A magpie landed on the fence and fixed her with one bright eye.
"You've got no idea how good you've got it," Louise told him.The bird tilted its head.
"No mortgage. No tax return. No awkward workplace meetings. Nobody sends magpies an email saying, 'Can we have a quick chat tomorrow?'" The magpie remained unimpressed. Probably wise.
Louise sipped her tea and watched a cloud drift slowly across the sky. The world looked exactly the same as it had thirty minutes earlier. The same fence. The same patch of lawn. The same slightly neglected garden bed she'd been meaning to weed since February. Yet somehow it felt different. Or perhaps she felt different. As though she'd spent the afternoon trapped inside a future that never happened and had only just found her way back to the present.
A cool breeze moved through the yard. Somewhere nearby, children were laughing. The sound drifted over fences and rooftops before disappearing again. Louise found herself listening to it, not because it was particularly important but because she could. Half an hour ago there had been no room for children laughing. There had only been room for possibilities and predictions and imagined disasters. The world had narrowed until all she could see was the unknown number on her screen. Now it seemed wider somehow. Not perfect. Not safe. Just wider. There seemed to be more space and time.

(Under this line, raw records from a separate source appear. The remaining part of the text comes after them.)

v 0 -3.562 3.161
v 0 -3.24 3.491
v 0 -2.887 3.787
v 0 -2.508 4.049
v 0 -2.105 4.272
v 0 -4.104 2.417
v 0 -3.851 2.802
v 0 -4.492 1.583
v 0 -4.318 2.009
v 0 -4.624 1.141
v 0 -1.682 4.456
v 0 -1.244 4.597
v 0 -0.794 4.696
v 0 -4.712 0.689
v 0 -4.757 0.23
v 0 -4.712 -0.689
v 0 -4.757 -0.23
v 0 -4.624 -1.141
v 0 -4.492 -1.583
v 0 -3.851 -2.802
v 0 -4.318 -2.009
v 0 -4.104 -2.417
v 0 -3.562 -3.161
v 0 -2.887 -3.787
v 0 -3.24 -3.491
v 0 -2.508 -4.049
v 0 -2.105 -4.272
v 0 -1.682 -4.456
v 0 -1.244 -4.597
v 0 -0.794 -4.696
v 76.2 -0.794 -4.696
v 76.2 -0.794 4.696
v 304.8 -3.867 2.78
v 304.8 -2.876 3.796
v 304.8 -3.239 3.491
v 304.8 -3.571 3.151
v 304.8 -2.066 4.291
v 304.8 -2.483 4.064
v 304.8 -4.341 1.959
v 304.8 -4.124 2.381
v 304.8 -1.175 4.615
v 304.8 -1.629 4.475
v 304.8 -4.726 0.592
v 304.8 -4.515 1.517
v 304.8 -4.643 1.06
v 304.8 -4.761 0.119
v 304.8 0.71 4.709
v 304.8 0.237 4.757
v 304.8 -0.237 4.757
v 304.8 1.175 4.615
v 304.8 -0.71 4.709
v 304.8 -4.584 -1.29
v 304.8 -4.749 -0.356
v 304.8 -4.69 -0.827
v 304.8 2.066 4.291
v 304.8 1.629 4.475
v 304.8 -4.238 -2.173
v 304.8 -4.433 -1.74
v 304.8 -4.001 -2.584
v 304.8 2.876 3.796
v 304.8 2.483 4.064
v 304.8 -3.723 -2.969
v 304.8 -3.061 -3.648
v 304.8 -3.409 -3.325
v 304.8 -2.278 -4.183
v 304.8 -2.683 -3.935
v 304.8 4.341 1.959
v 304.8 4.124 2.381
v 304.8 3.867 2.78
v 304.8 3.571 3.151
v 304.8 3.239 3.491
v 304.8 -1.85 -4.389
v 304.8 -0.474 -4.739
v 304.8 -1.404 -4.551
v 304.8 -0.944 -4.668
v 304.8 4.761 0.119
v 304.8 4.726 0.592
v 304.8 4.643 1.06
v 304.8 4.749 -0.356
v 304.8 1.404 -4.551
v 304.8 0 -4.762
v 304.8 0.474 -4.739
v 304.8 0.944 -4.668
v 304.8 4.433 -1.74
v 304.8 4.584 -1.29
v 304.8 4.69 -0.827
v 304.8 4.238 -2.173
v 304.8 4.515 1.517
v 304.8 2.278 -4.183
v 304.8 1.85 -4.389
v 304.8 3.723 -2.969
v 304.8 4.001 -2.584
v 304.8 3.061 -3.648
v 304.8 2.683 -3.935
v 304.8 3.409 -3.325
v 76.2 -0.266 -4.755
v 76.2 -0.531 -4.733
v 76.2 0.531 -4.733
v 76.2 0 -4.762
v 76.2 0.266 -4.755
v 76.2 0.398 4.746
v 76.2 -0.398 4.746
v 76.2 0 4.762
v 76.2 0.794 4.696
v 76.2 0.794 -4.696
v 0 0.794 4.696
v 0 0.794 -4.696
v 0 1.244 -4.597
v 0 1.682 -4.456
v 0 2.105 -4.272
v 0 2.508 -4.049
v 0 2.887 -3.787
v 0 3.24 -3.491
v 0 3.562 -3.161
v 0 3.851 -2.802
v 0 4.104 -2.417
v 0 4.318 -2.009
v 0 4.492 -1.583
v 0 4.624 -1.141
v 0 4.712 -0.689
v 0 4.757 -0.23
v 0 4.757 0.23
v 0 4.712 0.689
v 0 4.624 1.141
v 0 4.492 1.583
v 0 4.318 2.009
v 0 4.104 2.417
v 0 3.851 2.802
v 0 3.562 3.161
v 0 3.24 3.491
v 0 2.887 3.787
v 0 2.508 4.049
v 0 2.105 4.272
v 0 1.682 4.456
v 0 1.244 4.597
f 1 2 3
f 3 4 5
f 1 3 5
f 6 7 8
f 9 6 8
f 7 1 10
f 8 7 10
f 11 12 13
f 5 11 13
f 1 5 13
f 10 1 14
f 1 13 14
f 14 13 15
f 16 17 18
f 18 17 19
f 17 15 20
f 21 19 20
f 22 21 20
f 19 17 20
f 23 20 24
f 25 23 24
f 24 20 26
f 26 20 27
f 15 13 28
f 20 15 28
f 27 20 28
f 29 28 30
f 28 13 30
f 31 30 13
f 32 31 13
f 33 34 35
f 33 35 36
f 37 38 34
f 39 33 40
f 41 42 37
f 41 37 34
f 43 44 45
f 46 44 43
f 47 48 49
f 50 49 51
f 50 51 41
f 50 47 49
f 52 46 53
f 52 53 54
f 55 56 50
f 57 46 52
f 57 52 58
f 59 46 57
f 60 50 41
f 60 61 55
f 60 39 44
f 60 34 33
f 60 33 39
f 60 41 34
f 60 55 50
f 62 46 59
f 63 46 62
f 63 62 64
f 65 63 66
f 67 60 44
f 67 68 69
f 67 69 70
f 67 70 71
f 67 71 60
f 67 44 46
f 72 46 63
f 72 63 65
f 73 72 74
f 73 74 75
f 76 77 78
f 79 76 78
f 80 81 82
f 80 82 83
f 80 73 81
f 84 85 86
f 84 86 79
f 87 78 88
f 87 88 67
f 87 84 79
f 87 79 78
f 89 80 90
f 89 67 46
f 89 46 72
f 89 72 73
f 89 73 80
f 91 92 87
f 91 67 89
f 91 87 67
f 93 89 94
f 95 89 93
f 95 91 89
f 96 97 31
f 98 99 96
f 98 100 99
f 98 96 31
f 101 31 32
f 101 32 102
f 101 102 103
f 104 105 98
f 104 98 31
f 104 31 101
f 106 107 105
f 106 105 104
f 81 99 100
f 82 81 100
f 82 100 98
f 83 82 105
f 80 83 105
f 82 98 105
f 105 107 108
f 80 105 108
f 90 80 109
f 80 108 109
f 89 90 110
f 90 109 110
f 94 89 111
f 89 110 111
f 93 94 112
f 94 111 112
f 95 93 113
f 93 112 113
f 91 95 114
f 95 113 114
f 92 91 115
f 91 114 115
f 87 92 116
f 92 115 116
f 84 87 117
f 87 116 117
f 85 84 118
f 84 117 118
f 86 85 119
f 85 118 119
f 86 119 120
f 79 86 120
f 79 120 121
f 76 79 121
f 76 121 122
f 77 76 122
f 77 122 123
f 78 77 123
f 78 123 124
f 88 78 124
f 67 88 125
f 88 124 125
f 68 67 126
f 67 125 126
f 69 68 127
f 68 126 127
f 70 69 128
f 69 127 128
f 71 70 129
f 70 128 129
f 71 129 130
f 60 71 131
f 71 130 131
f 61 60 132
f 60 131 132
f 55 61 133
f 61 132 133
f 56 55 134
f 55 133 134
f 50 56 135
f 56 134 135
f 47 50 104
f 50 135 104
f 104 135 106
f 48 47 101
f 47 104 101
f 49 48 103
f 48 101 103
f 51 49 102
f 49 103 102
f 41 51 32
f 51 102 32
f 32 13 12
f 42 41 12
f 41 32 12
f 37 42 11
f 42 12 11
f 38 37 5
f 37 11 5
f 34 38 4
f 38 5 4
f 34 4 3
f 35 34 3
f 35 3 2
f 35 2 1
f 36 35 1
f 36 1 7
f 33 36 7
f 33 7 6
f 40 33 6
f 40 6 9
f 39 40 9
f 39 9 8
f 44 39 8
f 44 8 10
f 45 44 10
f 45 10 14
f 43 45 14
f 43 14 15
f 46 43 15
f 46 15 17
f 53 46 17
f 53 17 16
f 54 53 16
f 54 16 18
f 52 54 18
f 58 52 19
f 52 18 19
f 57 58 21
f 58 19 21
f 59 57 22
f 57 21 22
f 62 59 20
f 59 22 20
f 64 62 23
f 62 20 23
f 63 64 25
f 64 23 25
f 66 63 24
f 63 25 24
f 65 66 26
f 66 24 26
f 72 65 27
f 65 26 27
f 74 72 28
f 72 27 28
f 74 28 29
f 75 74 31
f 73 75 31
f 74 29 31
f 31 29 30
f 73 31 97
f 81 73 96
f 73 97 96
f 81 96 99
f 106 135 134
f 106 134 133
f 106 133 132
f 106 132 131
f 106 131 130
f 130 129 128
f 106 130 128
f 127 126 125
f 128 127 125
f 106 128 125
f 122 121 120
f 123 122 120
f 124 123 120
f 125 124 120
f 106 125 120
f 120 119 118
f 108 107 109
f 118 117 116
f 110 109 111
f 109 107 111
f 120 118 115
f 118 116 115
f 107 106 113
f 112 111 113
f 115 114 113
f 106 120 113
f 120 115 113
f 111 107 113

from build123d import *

# Parameters (mm, degrees)
SKETCH1_R           = 4.7625
BOSS_EXTRUDE1_DEPTH = 304.8
SKETCH2_W           = 12.7
SKETCH2_H           = 1.5875
CUT_EXTRUDE1_DEPTH  = 76.2


with BuildPart() as part:
    # Sketch1 → Boss-Extrude1 (new body)
    with BuildSketch(Plane(origin=(0, 0, 0), x_dir=(0, 0, -1), z_dir=(1, 0, 0))):
        Circle(SKETCH1_R)
    extrude(amount=BOSS_EXTRUDE1_DEPTH)

    # Sketch2 → Cut-Extrude1 (cut)
    with BuildSketch(Plane.ZY):
        Rectangle(SKETCH2_W, SKETCH2_H)
    extrude(amount=-CUT_EXTRUDE1_DEPTH, mode=Mode.SUBTRACT)


solid = part.part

By the time her son arrived home from basketball practice, the phone call had shrunk to its actual size. He dumped his bag in the hallway with enough force to suggest gravity remained one of his favourite hobbies and wandered into the kitchen.
"What's for dinner?" he asked. Not hello. Not how was your day. Straight to dinner. Teenage boys, she thought, were wonderfully efficient communicators. While she chopped vegetables, he launched into a story that somehow involved basketball, a maths teacher and a broken vending machine. Like most teenage stories, it took several detours before eventually arriving at the point. Louise listened anyway. The kitchen gradually filled with the smell of garlic and onions. Water bubbled gently on the stove. Outside, the last traces of sunlight slipped behind the neighbouring houses.

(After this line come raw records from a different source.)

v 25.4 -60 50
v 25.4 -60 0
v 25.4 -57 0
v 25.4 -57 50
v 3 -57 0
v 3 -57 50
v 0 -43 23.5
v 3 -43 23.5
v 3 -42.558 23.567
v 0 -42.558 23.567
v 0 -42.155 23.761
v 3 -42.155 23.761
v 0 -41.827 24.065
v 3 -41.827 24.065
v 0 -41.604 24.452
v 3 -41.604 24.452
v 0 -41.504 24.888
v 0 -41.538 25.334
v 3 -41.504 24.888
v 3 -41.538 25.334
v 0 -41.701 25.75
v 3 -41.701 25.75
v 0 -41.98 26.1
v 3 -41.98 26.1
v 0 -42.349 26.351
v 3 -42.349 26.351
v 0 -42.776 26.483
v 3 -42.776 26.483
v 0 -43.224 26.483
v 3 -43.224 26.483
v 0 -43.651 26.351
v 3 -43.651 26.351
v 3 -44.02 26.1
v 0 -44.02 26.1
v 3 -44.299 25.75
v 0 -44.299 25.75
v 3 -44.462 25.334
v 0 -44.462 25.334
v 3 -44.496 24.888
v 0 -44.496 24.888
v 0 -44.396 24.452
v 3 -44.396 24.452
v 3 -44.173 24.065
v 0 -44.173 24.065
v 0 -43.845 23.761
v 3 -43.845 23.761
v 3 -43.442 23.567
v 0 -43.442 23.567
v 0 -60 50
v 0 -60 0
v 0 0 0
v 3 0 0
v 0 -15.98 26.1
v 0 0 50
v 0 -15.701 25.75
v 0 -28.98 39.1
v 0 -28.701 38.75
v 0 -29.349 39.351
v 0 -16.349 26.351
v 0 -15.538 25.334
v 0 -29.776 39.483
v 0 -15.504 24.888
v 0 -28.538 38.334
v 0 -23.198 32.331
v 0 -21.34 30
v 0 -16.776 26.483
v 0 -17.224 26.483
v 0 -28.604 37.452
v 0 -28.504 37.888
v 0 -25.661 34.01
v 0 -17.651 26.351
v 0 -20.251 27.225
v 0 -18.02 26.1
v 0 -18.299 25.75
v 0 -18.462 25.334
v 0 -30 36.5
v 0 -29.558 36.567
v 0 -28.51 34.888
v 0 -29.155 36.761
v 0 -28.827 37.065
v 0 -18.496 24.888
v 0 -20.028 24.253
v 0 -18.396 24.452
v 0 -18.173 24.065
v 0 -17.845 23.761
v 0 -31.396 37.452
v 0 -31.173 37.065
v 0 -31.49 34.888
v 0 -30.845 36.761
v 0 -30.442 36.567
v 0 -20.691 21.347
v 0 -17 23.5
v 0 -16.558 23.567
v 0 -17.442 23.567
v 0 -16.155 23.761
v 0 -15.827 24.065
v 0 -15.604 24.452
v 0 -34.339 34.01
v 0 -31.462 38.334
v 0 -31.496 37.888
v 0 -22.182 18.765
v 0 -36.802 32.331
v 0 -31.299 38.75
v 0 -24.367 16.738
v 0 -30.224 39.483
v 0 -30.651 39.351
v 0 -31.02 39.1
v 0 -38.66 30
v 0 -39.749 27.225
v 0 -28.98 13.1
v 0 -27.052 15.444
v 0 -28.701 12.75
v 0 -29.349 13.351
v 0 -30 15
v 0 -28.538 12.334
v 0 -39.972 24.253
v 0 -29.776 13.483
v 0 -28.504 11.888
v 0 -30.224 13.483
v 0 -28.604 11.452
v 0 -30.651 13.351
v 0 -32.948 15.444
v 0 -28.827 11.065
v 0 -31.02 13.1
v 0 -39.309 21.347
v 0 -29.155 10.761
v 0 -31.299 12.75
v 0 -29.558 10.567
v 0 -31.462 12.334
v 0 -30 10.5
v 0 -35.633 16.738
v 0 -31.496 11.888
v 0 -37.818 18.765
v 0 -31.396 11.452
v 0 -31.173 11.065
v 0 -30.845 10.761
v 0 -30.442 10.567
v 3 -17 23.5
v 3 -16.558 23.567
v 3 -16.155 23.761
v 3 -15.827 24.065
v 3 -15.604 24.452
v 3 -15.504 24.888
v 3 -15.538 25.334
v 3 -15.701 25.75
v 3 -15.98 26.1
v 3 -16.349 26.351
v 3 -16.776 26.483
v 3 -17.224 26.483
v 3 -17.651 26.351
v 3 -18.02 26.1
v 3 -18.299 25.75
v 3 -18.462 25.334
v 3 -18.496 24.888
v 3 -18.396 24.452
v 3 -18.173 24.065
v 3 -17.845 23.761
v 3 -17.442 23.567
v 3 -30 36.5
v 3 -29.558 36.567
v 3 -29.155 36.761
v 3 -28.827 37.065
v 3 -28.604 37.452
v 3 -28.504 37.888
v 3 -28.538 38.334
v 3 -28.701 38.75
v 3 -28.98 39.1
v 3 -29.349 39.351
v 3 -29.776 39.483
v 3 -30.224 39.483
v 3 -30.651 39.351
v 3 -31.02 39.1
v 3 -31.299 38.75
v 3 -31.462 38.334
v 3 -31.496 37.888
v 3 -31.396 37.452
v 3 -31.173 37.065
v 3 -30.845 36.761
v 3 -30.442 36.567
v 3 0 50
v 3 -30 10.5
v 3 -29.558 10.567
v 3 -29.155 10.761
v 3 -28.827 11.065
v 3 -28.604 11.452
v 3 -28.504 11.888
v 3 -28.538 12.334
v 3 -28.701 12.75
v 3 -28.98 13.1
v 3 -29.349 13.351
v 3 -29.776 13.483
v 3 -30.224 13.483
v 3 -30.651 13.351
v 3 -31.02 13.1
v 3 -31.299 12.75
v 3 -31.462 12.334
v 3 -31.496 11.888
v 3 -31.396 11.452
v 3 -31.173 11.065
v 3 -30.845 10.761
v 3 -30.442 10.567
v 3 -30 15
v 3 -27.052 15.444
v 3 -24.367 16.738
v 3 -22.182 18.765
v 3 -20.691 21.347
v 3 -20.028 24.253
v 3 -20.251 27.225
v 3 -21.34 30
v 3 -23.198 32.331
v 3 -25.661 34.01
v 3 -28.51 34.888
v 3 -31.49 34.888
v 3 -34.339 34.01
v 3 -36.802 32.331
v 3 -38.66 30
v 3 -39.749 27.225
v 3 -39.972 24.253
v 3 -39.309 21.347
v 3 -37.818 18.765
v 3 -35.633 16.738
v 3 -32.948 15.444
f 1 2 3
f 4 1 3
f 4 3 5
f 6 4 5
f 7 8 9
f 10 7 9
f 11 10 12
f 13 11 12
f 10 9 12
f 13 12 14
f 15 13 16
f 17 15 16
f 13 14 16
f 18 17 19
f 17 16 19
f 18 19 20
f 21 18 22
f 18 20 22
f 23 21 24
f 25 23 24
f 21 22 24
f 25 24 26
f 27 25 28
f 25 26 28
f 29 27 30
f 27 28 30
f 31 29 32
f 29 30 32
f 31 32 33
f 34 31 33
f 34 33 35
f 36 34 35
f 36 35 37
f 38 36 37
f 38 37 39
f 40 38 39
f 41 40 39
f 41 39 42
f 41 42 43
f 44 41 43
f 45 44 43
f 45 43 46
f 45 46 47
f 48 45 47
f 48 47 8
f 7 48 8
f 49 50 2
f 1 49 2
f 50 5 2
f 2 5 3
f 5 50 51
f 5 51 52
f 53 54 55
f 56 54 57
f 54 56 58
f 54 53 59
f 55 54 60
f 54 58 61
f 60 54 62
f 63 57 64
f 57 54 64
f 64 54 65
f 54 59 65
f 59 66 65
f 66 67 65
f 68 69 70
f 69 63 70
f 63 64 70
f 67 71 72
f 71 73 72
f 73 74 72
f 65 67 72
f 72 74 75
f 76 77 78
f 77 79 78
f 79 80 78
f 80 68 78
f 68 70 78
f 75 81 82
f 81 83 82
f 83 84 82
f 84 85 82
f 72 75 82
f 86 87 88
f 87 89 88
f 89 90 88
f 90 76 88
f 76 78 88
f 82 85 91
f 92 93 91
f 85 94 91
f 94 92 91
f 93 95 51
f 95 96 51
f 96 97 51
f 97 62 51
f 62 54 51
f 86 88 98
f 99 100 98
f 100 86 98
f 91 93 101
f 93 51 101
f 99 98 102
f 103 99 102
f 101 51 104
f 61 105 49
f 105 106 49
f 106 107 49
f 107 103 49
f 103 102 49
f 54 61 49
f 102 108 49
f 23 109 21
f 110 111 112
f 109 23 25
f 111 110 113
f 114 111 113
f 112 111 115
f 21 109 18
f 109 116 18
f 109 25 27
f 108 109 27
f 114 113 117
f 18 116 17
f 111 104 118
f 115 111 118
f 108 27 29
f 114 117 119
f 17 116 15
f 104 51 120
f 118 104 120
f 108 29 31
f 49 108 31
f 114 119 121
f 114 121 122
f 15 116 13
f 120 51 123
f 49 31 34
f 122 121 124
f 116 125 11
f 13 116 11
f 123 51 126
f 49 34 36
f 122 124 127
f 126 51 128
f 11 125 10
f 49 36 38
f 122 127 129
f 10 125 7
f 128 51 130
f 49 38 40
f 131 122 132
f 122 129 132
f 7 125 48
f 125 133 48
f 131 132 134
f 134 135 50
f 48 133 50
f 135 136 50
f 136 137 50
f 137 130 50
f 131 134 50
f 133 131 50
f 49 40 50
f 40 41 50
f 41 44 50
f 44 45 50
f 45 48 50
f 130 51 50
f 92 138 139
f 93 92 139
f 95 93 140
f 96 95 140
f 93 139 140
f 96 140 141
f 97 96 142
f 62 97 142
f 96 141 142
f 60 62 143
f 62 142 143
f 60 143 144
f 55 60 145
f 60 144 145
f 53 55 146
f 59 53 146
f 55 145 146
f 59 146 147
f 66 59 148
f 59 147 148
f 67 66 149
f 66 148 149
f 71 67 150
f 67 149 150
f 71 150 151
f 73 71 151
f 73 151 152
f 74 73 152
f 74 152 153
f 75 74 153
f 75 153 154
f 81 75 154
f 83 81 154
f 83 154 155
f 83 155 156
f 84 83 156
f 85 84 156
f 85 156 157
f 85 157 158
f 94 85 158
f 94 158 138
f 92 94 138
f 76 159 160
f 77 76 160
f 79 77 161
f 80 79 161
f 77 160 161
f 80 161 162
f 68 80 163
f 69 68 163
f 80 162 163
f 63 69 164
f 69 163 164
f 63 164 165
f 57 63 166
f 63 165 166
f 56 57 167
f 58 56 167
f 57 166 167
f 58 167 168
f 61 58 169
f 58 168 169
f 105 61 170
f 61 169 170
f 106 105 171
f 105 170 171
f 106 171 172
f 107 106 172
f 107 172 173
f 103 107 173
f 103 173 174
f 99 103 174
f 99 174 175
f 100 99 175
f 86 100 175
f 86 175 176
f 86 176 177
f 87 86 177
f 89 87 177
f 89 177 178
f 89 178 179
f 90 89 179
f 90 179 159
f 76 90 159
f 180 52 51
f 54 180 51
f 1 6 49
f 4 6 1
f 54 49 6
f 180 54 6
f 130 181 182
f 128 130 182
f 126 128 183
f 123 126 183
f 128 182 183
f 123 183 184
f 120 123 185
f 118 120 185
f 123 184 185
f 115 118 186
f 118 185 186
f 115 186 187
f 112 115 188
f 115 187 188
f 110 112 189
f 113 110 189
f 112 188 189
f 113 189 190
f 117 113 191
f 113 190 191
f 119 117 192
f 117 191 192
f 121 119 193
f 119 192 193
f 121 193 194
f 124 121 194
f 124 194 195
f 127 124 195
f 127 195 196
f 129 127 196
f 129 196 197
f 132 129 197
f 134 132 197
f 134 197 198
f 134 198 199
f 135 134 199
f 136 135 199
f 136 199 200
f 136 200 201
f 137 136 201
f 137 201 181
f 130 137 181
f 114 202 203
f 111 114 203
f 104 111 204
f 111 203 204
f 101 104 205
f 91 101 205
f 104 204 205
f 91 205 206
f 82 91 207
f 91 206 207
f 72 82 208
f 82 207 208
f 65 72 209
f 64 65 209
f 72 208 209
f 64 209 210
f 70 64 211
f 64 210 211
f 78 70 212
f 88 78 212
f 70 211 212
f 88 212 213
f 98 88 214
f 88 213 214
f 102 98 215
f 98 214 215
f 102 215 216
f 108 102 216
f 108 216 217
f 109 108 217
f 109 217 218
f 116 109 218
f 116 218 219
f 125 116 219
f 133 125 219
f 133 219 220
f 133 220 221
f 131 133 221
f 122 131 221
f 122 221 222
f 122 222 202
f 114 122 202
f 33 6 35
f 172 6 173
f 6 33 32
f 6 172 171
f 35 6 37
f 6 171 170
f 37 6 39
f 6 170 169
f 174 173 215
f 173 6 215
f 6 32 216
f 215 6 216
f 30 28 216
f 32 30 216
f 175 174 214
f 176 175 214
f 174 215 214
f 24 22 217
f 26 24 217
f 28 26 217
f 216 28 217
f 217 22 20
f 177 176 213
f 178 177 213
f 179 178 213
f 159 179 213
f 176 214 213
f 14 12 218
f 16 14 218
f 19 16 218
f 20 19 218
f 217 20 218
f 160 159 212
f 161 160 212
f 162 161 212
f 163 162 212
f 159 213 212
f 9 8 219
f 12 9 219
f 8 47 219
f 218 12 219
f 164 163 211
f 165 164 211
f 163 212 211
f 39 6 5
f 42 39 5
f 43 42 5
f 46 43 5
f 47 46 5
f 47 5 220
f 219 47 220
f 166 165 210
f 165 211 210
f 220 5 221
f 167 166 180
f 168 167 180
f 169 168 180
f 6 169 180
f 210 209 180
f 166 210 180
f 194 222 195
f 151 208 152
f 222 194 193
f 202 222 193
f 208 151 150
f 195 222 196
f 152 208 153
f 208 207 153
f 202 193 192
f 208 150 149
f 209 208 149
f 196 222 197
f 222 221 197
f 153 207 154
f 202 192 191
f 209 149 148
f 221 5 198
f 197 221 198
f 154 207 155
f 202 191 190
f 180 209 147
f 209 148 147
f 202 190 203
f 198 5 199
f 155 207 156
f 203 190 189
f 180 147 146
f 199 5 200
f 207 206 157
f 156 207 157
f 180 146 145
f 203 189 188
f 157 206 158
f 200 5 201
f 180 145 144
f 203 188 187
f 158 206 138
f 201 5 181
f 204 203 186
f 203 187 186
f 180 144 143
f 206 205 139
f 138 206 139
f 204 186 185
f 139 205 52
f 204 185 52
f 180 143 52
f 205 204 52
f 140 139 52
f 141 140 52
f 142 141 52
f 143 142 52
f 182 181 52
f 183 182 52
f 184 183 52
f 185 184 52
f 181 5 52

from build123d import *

# Parameters (mm, degrees)
BOSS_EXTRUDE1_DEPTH = 50
SKETCH2_R           = 10
SKETCH2_R_2         = 1.5
CUT_EXTRUDE1_DEPTH  = 50


with BuildPart() as part:
    # Sketch1 → Boss-Extrude1 (new body)
    with BuildSketch(Plane.XY):
        Polygon((0, 0), (0, -60), (25.4, -60), (25.4, -57), (3, -57), (3, 0), align=None)
    extrude(amount=BOSS_EXTRUDE1_DEPTH)

    # Sketch2 → Cut-Extrude1 (cut)
    with BuildSketch(Plane(origin=(3, 0, 0), x_dir=(0, 0, -1), z_dir=(1, 0, 0))):
        with Locations((-25, -30)):
            Circle(SKETCH2_R)
        with Locations((-25, -17)):
            Circle(SKETCH2_R_2)
        with Locations((-12, -30)):
            Circle(SKETCH2_R_2)
        with Locations((-25, -43)):
            Circle(SKETCH2_R_2)
        with Locations((-38, -30)):
            Circle(SKETCH2_R_2)
    extrude(amount=-CUT_EXTRUDE1_DEPTH, mode=Mode.SUBTRACT)


solid = part.part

At some stage she realised she hadn't thought about the phone call for quite a while. Not because she'd solved anything because there had never been anything to solve. It had simply returned to being what it always was: a routine voicemail from a dental clinic.
Her son was still talking. The pasta water was threatening to boil over. A dish towel had slipped onto the floor. Ordinary life had been sitting patiently in the background all afternoon, waiting for her attention.
Louise looked around the kitchen and felt something settle quietly inside her. Not happiness exactly. Not relief. Something gentler than that. A sense of returning. As though some part of her had spent the afternoon scanning the horizon for danger and had finally realised there wasn't any.
The funny thing was that the world hadn't changed. The phone call hadn't changed. Even Louise hadn't changed all that much. But she had stopped living in the future long enough to notice where she actually was. And where she was, she realised as she handed her son a spoon to stir the sauce, was perfectly enough.